◆ Problem
Beginning with the first line, copy out each line of the material until the line containing "#398=ORIENTED_EDGE('',*,*,#327,.T.);" has been copied as well.

---+---

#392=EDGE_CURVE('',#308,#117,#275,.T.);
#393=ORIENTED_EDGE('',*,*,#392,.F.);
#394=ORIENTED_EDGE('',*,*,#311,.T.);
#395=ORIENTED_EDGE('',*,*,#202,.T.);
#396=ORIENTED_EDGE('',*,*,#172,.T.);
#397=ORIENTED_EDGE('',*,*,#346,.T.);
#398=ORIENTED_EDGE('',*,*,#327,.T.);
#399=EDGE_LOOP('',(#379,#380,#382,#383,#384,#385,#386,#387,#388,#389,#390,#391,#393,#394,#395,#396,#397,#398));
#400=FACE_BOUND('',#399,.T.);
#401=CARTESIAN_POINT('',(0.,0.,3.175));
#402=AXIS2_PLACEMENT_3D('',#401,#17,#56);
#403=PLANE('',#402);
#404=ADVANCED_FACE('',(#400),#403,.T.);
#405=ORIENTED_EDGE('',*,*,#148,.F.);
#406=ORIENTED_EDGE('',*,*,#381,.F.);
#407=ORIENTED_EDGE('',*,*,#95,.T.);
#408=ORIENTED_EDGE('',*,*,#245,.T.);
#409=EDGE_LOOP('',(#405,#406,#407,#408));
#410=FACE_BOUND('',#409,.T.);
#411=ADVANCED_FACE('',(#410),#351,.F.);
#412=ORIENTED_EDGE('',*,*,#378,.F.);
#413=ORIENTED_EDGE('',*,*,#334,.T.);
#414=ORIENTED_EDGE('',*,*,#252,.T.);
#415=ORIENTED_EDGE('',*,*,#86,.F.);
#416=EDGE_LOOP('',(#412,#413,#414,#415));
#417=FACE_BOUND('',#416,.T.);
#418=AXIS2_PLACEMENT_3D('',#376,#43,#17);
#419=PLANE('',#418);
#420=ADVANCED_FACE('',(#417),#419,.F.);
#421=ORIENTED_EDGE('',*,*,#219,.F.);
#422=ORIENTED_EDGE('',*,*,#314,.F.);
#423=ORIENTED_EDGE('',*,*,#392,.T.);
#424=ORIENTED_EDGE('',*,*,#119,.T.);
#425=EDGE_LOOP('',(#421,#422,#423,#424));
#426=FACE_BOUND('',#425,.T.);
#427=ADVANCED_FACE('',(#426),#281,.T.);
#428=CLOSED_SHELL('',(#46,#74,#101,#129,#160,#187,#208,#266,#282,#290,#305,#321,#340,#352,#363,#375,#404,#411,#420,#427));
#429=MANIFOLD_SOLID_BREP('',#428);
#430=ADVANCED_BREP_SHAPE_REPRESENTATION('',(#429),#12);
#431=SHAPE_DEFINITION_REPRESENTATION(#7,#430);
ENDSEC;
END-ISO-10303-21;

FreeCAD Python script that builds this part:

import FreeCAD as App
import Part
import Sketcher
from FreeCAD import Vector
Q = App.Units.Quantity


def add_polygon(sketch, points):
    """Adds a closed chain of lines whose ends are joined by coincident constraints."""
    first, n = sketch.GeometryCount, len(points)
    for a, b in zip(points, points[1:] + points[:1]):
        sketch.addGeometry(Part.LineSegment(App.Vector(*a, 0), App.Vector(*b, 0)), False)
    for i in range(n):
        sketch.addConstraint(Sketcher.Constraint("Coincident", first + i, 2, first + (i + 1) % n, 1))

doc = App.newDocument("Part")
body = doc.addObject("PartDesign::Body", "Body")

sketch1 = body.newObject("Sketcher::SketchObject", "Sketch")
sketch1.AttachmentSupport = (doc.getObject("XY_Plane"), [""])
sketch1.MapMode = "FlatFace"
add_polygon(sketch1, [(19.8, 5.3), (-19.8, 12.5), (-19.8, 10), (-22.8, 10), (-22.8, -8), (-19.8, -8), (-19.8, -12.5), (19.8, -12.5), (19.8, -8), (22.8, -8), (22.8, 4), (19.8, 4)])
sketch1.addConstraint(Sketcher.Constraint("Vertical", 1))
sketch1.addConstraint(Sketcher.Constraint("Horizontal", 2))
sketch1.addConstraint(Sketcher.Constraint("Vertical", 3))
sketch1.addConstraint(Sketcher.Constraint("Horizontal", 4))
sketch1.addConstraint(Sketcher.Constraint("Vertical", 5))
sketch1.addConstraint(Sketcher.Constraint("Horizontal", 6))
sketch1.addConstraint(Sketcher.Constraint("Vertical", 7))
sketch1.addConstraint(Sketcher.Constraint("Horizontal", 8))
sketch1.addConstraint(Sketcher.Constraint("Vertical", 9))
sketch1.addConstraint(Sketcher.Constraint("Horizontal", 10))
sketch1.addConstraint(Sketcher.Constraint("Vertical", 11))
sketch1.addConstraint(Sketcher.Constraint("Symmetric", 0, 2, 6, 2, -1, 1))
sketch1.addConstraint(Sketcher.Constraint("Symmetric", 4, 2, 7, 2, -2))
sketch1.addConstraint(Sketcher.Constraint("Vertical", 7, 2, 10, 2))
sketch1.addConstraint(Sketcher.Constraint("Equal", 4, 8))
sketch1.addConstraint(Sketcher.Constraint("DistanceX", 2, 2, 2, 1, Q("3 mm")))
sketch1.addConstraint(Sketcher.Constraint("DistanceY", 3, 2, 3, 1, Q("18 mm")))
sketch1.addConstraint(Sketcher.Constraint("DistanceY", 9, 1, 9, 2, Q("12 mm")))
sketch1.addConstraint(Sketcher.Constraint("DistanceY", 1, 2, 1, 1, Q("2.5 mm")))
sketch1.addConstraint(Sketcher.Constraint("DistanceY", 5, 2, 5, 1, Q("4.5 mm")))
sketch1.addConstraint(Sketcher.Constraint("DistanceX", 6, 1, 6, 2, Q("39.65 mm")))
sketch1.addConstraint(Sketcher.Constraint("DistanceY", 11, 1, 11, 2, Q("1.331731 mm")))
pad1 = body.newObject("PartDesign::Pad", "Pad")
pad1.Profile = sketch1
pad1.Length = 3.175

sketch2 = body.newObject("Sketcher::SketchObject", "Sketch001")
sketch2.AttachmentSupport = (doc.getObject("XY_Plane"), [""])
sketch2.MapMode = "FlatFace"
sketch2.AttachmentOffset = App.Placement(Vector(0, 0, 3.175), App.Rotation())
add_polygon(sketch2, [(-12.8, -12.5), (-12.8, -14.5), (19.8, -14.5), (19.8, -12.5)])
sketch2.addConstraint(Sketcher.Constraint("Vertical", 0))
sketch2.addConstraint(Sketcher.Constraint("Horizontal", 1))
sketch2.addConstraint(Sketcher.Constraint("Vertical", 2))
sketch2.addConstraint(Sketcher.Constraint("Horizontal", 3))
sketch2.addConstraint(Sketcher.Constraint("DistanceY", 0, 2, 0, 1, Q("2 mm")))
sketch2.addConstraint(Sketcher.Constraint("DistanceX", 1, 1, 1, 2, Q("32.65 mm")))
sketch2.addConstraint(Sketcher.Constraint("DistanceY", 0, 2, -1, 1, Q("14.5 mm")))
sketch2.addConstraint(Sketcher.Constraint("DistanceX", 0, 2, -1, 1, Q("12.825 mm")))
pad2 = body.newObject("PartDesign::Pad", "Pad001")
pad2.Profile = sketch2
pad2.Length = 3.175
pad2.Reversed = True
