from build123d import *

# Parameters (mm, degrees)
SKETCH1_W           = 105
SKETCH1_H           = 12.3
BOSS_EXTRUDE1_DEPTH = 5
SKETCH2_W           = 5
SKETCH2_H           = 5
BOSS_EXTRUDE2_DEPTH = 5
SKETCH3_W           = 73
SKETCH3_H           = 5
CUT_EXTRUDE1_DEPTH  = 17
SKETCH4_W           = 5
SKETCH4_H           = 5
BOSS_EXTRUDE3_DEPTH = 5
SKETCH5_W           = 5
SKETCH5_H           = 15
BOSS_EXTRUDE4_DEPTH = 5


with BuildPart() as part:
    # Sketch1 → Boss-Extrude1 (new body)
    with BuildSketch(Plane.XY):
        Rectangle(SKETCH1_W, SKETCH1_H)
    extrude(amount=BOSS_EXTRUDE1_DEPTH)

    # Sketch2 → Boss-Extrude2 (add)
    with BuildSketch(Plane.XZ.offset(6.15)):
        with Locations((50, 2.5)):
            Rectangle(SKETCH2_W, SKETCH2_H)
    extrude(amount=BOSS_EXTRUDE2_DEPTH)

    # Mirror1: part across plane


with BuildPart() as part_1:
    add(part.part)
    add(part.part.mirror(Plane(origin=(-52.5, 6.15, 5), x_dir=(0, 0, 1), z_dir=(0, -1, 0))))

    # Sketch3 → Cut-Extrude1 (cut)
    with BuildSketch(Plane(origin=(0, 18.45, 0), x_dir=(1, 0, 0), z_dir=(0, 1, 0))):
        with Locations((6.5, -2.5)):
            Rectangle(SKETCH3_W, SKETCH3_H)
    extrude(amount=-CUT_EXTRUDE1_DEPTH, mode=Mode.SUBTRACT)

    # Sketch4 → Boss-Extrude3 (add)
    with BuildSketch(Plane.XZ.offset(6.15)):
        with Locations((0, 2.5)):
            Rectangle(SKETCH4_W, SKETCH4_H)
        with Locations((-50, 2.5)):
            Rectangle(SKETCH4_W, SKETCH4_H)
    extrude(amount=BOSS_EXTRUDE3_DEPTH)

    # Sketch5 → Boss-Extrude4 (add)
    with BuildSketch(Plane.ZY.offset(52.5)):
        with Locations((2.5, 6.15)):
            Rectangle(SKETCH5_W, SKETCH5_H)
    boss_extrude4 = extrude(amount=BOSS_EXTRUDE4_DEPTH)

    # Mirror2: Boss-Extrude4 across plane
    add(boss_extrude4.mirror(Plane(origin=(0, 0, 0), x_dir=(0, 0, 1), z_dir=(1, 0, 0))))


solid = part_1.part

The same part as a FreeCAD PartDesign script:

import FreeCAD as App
import Part
import Sketcher
Q = App.Units.Quantity


def add_polygon(sketch, points):
    """Adds a closed chain of lines whose ends are joined by coincident constraints."""
    first, n = sketch.GeometryCount, len(points)
    for a, b in zip(points, points[1:] + points[:1]):
        sketch.addGeometry(Part.LineSegment(App.Vector(*a, 0), App.Vector(*b, 0)), False)
    for i in range(n):
        sketch.addConstraint(Sketcher.Constraint("Coincident", first + i, 2, first + (i + 1) % n, 1))

doc = App.newDocument("Part")
body = doc.addObject("PartDesign::Body", "Body")

sketch1 = body.newObject("Sketcher::SketchObject", "Sketch")
sketch1.AttachmentSupport = (doc.getObject("XY_Plane"), [""])
sketch1.MapMode = "FlatFace"
add_polygon(sketch1, [(-52, 6), (-52, -6), (52, -6), (52, 6)])
sketch1.addConstraint([
    Sketcher.Constraint("Vertical", 0),
    Sketcher.Constraint("Horizontal", 1),
    Sketcher.Constraint("Vertical", 2),
    Sketcher.Constraint("Horizontal", 3),
    Sketcher.Constraint("Symmetric", 0, 2, 2, 2, -1, 1),
    Sketcher.Constraint("DistanceX", 1, 1, 1, 2, Q("105 mm")),
    Sketcher.Constraint("DistanceY", 0, 2, 0, 1, Q("12.3 mm")),
])
pad1 = body.newObject("PartDesign::Pad", "Pad")
pad1.Profile = sketch1
pad1.Length = 5

sketch2 = body.newObject("Sketcher::SketchObject", "Sketch001")
sketch2.AttachmentSupport = (doc.getObject("XZ_Plane"), [""])
sketch2.MapMode = "FlatFace"
sketch2.AttachmentOffset = App.Placement(App.Vector(0, 0, 6.15), App.Rotation())
add_polygon(sketch2, [(48, 5), (48, 0), (52, 0), (52, 5)])
sketch2.addConstraint([
    Sketcher.Constraint("Vertical", 0),
    Sketcher.Constraint("Horizontal", 1),
    Sketcher.Constraint("Vertical", 2),
    Sketcher.Constraint("Horizontal", 3),
    Sketcher.Constraint("PointOnObject", 0, 2, -1),
    Sketcher.Constraint("Equal", 3, 0),
    Sketcher.Constraint("DistanceX", 1, 1, 1, 2, Q("5 mm")),
    Sketcher.Constraint("DistanceX", -1, 1, 0, 2, Q("47.5 mm")),
])
pad2 = body.newObject("PartDesign::Pad", "Pad001")
pad2.Profile = sketch2
pad2.Length = 5
body2 = doc.addObject("PartDesign::Body", "Body001")
doc.recompute()

body2.BaseFeature = body
doc.recompute()

mirroring = doc.addObject("Part::Mirroring", "Mirroring")
mirroring.Source = body
mirroring.Base = App.Vector(-52.5, 6.15, 5)
mirroring.Normal = App.Vector(0, -1, 0)
body3 = doc.addObject("PartDesign::Body", "Body002")
body3.BaseFeature = mirroring
boolean = body2.newObject("PartDesign::Boolean", "Boolean")
boolean.Type = "Fuse"
boolean.addObjects([body3])
doc.recompute()

sketch3 = body2.newObject("Sketcher::SketchObject", "Sketch002")
sketch3.AttachmentSupport = (doc.getObject("XZ_Plane001"), [""])
sketch3.MapMode = "FlatFace"
sketch3.AttachmentOffset = App.Placement(App.Vector(0, 0, -18.45), App.Rotation())
add_polygon(sketch3, [(-30, 0), (-30, 5), (43, 5), (43, 0)])
sketch3.addConstraint([
    Sketcher.Constraint("Vertical", 0),
    Sketcher.Constraint("Horizontal", 1),
    Sketcher.Constraint("Vertical", 2),
    Sketcher.Constraint("Horizontal", 3),
    Sketcher.Constraint("PointOnObject", 2, 2, -1),
    Sketcher.Constraint("DistanceX", 1, 1, 1, 2, Q("73 mm")),
    Sketcher.Constraint("DistanceY", 0, 1, 0, 2, Q("5 mm")),
    Sketcher.Constraint("DistanceX", 0, 2, -1, 1, Q("30 mm")),
])
pocket1 = body2.newObject("PartDesign::Pocket", "Pocket")
pocket1.Profile = sketch3
pocket1.Length = 17
pocket1.Reversed = True

sketch4 = body2.newObject("Sketcher::SketchObject", "Sketch003")
sketch4.AttachmentSupport = (doc.getObject("XZ_Plane001"), [""])
sketch4.MapMode = "FlatFace"
sketch4.AttachmentOffset = App.Placement(App.Vector(0, 0, 6.15), App.Rotation())
add_polygon(sketch4, [(-2, 5), (-2, 0), (2, 0), (2, 5)])
add_polygon(sketch4, [(-52, 5), (-52, 0), (-48, 0), (-48, 5)])
sketch4.addConstraint([
    Sketcher.Constraint("Vertical", 0),
    Sketcher.Constraint("Horizontal", 1),
    Sketcher.Constraint("Vertical", 2),
    Sketcher.Constraint("Horizontal", 3),
    Sketcher.Constraint("Vertical", 4),
    Sketcher.Constraint("Horizontal", 5),
    Sketcher.Constraint("Vertical", 6),
    Sketcher.Constraint("Horizontal", 7),
    Sketcher.Constraint("Symmetric", 0, 2, 1, 2, -1, 1),
    Sketcher.Constraint("PointOnObject", 4, 2, -1),
    Sketcher.Constraint("Horizontal", 3, 2, 6, 2),
    Sketcher.Constraint("Equal", 3, 5),
    Sketcher.Constraint("Equal", 7, 0),
    Sketcher.Constraint("DistanceX", 1, 1, 1, 2, Q("5 mm")),
    Sketcher.Constraint("DistanceX", 4, 2, 0, 2, Q("50 mm")),
])
pad3 = body2.newObject("PartDesign::Pad", "Pad002")
pad3.Profile = sketch4
pad3.Length = 5

sketch5 = body2.newObject("Sketcher::SketchObject", "Sketch004")
sketch5.AttachmentSupport = (doc.getObject("YZ_Plane001"), [""])
sketch5.MapMode = "FlatFace"
sketch5.AttachmentOffset = App.Placement(App.Vector(0, 0, -52.5), App.Rotation())
add_polygon(sketch5, [(14, 0), (-1, 0), (-1, 5), (14, 5)])
sketch5.addConstraint([
    Sketcher.Constraint("Horizontal", 0),
    Sketcher.Constraint("Vertical", 1),
    Sketcher.Constraint("Horizontal", 2),
    Sketcher.Constraint("Vertical", 3),
    Sketcher.Constraint("PointOnObject", 0, 2, -1),
    Sketcher.Constraint("DistanceX", 0, 2, 0, 1, Q("15 mm")),
    Sketcher.Constraint("DistanceY", 1, 1, 1, 2, Q("5 mm")),
    Sketcher.Constraint("DistanceX", 0, 2, -1, 1, Q("1.35 mm")),
])
pad4 = body2.newObject("PartDesign::Pad", "Pad003")
pad4.Profile = sketch5
pad4.Length = 5
pad4.Reversed = True
doc.recompute()

mirrored = body2.newObject("PartDesign::Mirrored", "Mirrored")
mirrored.Originals = [pad4]
mirrored.MirrorPlane = (doc.getObject("YZ_Plane001"), [""])
body2.Tip = mirrored
mirroring.Visibility = False

doc.recompute()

---+---

◆ Exercise result
#392=EDGE_CURVE('',#308,#117,#275,.T.);
#393=ORIENTED_EDGE('',*,*,#392,.F.);
#394=ORIENTED_EDGE('',*,*,#311,.T.);
#395=ORIENTED_EDGE('',*,*,#202,.T.);
#396=ORIENTED_EDGE('',*,*,#172,.T.);
#397=ORIENTED_EDGE('',*,*,#346,.T.);
#398=ORIENTED_EDGE('',*,*,#327,.T.);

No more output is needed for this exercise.